梁韵蓓搅了搅咖啡,严肃中生出一抹笑问:“谁的电话?”明明都已经猜到,却还是要多嘴问一句。
苏窈说:“我先生。”她好像还是第一次在外人面前,用这样正式却显得亲密的词来称呼陆东庭。
一般有事业的豪门太太,身上总有一种高高在上的强势,梁韵蓓穿了一身暗红色花卉印花套装,头发盘得一丝不苟,风韵犹存的脸上,除了眼角有几条细纹,整个人看起来还算年轻。
梁韵蓓呵呵笑了两声:“看来你们感情挺不错的。

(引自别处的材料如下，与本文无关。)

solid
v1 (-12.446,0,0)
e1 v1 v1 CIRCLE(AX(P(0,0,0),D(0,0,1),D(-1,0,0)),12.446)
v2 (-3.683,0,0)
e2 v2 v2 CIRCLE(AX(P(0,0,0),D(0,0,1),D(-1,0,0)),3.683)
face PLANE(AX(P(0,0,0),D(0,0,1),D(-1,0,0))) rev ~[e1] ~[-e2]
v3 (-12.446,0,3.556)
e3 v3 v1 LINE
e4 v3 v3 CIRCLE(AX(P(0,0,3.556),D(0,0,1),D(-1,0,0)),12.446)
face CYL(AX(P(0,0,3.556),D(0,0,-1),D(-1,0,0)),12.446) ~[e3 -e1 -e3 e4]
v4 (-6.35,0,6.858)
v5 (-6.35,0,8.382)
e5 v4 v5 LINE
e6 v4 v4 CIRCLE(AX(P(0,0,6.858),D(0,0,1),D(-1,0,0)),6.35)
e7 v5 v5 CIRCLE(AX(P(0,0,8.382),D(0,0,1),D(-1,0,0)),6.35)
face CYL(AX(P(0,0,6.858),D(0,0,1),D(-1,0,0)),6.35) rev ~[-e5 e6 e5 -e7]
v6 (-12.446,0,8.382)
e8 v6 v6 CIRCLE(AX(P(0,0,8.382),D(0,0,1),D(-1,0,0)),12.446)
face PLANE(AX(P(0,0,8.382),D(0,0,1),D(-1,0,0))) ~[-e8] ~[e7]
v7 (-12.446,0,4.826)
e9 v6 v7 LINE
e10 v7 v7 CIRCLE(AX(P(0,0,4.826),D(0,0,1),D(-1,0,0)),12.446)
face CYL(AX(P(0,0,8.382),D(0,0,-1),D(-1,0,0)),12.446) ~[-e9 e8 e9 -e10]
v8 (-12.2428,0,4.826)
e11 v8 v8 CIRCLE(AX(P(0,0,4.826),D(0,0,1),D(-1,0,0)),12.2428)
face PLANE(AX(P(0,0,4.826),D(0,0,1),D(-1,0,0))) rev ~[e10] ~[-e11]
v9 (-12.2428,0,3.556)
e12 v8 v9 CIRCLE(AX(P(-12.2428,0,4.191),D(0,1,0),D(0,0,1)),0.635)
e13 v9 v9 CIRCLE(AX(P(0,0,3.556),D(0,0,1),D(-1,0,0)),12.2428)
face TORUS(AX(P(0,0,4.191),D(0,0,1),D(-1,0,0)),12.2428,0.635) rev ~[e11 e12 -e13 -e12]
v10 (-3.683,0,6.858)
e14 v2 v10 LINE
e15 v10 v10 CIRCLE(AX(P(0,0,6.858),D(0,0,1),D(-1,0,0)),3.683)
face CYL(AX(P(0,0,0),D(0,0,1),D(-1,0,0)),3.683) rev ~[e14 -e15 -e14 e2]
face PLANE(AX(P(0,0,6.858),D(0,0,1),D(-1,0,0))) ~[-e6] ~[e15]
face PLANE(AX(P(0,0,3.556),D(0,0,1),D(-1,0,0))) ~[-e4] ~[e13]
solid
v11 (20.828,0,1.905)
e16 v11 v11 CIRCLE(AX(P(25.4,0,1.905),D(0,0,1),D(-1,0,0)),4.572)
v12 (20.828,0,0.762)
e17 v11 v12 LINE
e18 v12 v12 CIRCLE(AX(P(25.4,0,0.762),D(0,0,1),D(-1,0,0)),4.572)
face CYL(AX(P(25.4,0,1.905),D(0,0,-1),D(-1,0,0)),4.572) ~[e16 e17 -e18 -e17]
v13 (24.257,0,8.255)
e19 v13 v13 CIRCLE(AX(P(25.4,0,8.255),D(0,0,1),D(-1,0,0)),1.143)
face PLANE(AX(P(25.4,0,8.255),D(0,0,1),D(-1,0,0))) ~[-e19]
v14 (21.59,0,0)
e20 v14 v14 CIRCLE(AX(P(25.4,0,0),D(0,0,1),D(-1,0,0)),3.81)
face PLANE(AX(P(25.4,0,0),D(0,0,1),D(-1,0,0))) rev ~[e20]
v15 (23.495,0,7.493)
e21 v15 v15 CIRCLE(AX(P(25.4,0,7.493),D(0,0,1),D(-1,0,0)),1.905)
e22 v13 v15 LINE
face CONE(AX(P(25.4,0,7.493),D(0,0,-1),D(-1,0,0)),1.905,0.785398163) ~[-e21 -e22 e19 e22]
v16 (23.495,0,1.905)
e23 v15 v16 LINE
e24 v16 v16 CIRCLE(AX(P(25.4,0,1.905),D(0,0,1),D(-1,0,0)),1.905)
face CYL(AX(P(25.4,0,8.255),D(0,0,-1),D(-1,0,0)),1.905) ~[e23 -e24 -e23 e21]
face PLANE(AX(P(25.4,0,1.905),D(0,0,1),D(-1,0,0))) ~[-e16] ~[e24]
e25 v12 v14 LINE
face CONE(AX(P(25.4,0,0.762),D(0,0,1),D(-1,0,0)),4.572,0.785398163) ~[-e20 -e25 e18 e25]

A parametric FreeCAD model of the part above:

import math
import FreeCAD as App
import Part
import Sketcher

V = App.Vector
Q = App.Units.Quantity


def edges_at(feature, points):
    """Names of the edges that pass closest to the given points."""
    edges = feature.Shape.Edges
    near = lambda p: min(range(len(edges)), key=lambda i: edges[i].distToShape(Part.Vertex(*p))[0])
    return sorted({f"Edge{near(p) + 1}" for p in points})


def add_polygon(sketch, points):
    """Adds a closed chain of lines whose ends are joined by coincident constraints."""
    first, n = sketch.GeometryCount, len(points)
    for a, b in zip(points, points[1:] + points[:1]):
        sketch.addGeometry(Part.LineSegment(App.Vector(*a, 0), App.Vector(*b, 0)), False)
    for i in range(n):
        sketch.addConstraint(Sketcher.Constraint("Coincident", first + i, 2, first + (i + 1) % n, 1))

doc = App.newDocument("Part")
params = doc.addObject("Spreadsheet::Sheet", "Params")
for row, (alias, value) in enumerate([
    ("sketch1_radius", "0.025 in"),
    ("sketch1_width", "0.24 in"),
    ("sketch1_height", "0.27 in"),
    ("sketch1_height2", "0.06 in"),
    ("sketch1_width2", "0.345 in"),
    ("revolution_angle", "360 deg"),
    ("sketch2_width", "0.18 in"),
    ("sketch2_height", "0.25 in"),
    ("sketch2_width2", "0.075 in"),
    ("revolution2_angle", "360 deg"),
    ("chamfer_size", "0.03 in"),
], start=1):
    params.set(f"A{row}", alias)
    params.set(f"B{row}", "=" + value)
    params.setAlias(f"B{row}", alias)

body = doc.addObject("PartDesign::Body", "Body")

# Sketch on XZ plane
sketch1 = body.newObject("Sketcher::SketchObject", "Sketch")
sketch1.AttachmentSupport = (doc.getObject("XZ_Plane"), [""])
sketch1.MapMode = "FlatFace"
sketch1.addGeometry([
    Part.LineSegment(V(-12.446, 0, 0), V(-3.683, 0, 0)),  # 0
    Part.LineSegment(V(-3.683, 0, 0), V(-3.683, 6.858, 0)),  # 1
    Part.LineSegment(V(-3.683, 6.858, 0), V(-6.35, 6.858, 0)),  # 2
    Part.LineSegment(V(-6.35, 6.858, 0), V(-6.35, 8.382, 0)),  # 3
    Part.LineSegment(V(-6.35, 8.382, 0), V(-12.446, 8.382, 0)),  # 4
    Part.LineSegment(V(-12.446, 8.382, 0), V(-12.446, 4.826, 0)),  # 5
    Part.LineSegment(V(-12.446, 4.826, 0), V(-12.2428, 4.826, 0)),  # 6
    Part.ArcOfCircle(Part.Circle(V(-12.2428, 4.191, 0), V(0, 0, 1), 0.635), math.radians(-90), math.radians(90)),  # 7
    Part.LineSegment(V(-12.2428, 3.556, 0), V(-12.446, 3.556, 0)),  # 8
    Part.LineSegment(V(-12.446, 3.556, 0), V(-12.446, 0, 0)),  # 9
], False)
sketch1.addConstraint([
    Sketcher.Constraint("Coincident", 0, 2, 1, 1),
    Sketcher.Constraint("Coincident", 1, 2, 2, 1),
    Sketcher.Constraint("Coincident", 2, 2, 3, 1),
    Sketcher.Constraint("Coincident", 3, 2, 4, 1),
    Sketcher.Constraint("Coincident", 4, 2, 5, 1),
    Sketcher.Constraint("Coincident", 5, 2, 6, 1),
    Sketcher.Constraint("Tangent", 6, 2, 7, 2),
    Sketcher.Constraint("Tangent", 7, 1, 8, 1),
    Sketcher.Constraint("Coincident", 8, 2, 9, 1),
    Sketcher.Constraint("Coincident", 9, 2, 0, 1),
    Sketcher.Constraint("Horizontal", 0),
    Sketcher.Constraint("Vertical", 1),
    Sketcher.Constraint("Horizontal", 2),
    Sketcher.Constraint("Vertical", 3),
    Sketcher.Constraint("Horizontal", 4),
    Sketcher.Constraint("Vertical", 5),
    Sketcher.Constraint("Horizontal", 6),
    Sketcher.Constraint("Horizontal", 8),
    Sketcher.Constraint("Vertical", 9),
    Sketcher.Constraint("PointOnObject", 0, 2, -1),
    Sketcher.Constraint("Vertical", 5, 2, 8, 2),
    Sketcher.Constraint("Equal", 5, 9),
    Sketcher.Constraint("Radius", 7, Q("0.025 in")),
    Sketcher.Constraint("DistanceX", 4, 2, 4, 1, Q("0.24 in")),
    Sketcher.Constraint("DistanceY", 1, 1, 1, 2, Q("0.27 in")),
    Sketcher.Constraint("DistanceY", 3, 1, 3, 2, Q("0.06 in")),
    Sketcher.Constraint("DistanceX", 0, 1, 0, 2, Q("0.345 in")),
    Sketcher.Constraint("DistanceX", 6, 1, 6, 2, Q("0.008 in")),
    Sketcher.Constraint("DistanceX", 2, 2, -1, 1, Q("0.25 in")),
])
sketch1.setExpression("Constraints[22]", "Params.sketch1_radius")
sketch1.setExpression("Constraints[23]", "Params.sketch1_width")
sketch1.setExpression("Constraints[24]", "Params.sketch1_height")
sketch1.setExpression("Constraints[25]", "Params.sketch1_height2")
sketch1.setExpression("Constraints[26]", "Params.sketch1_width2")
revolution = body.newObject("PartDesign::Revolution", "Revolution")
revolution.Profile = sketch1
revolution.ReferenceAxis = (sketch1, ["V_Axis"])
revolution.setExpression("Angle", "Params.revolution_angle")
body2 = doc.addObject("PartDesign::Body", "Body001")

# Sketch on XZ plane
sketch2 = body2.newObject("Sketcher::SketchObject", "Sketch001")
sketch2.AttachmentSupport = (doc.getObject("XZ_Plane001"), [""])
sketch2.MapMode = "FlatFace"
add_polygon(sketch2, [(20.828, 1.905), (20.828, 0), (25.4, 0), (25.4, 8.255), (23.495, 8.255), (23.495, 1.905)])  # lines 0-5
sketch2.addGeometry(Part.LineSegment(V(25.4, 0, 0), V(25.4, 8.255, 0)), True)  # axis
sketch2.addConstraint([
    Sketcher.Constraint("Vertical", 0),
    Sketcher.Constraint("Horizontal", 1),
    Sketcher.Constraint("Vertical", 2),
    Sketcher.Constraint("Horizontal", 3),
    Sketcher.Constraint("Vertical", 4),
    Sketcher.Constraint("Horizontal", 5),
    Sketcher.Constraint("Vertical", 6),
    Sketcher.Constraint("Coincident", 6, 1, 1, 2),
    Sketcher.Constraint("PointOnObject", 0, 2, -1),
    Sketcher.Constraint("Horizontal", 3, 2, 6, 2),
    Sketcher.Constraint("Equal", 3, 0),
    Sketcher.Constraint("DistanceX", -1, 1, 1, 2, Q("1 in")),
    Sketcher.Constraint("DistanceX", 1, 1, 1, 2, Q("0.18 in")),
    Sketcher.Constraint("DistanceY", 4, 2, 4, 1, Q("0.25 in")),
    Sketcher.Constraint("DistanceX", 3, 2, 3, 1, Q("0.075 in")),
])
sketch2.setExpression("Constraints[18]", "Params.sketch2_width")
sketch2.setExpression("Constraints[19]", "Params.sketch2_height")
sketch2.setExpression("Constraints[20]", "Params.sketch2_width2")
revolution2 = body2.newObject("PartDesign::Revolution", "Revolution001")
revolution2.Profile = sketch2
revolution2.ReferenceAxis = (sketch2, ["Axis0"])
revolution2.setExpression("Angle", "Params.revolution2_angle")
doc.recompute()

chamfer = body2.newObject("PartDesign::Chamfer", "Chamfer")
chamfer.Base = (revolution2, edges_at(revolution2, [(27.305, 0, 8.255), (29.972, 0, 0)]))
chamfer.setExpression("Size", "Params.chamfer_size")

doc.recompute()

”
其实苏窈也刚坐下不久,梁韵蓓却迟迟未说明来意,约她出来的理由是:“刚巧路过这里,许久没见了,出来谈谈吧。”
苏窈从来就不相信什么打从儿子前暧昧对象家门前路过,要约出来叙叙旧。
说叙旧,当然就是曾经见过面的意思,在秦珩向她摊牌的两天之后,这位看起来雷厉风行的干练太太曾经约她说过一番话。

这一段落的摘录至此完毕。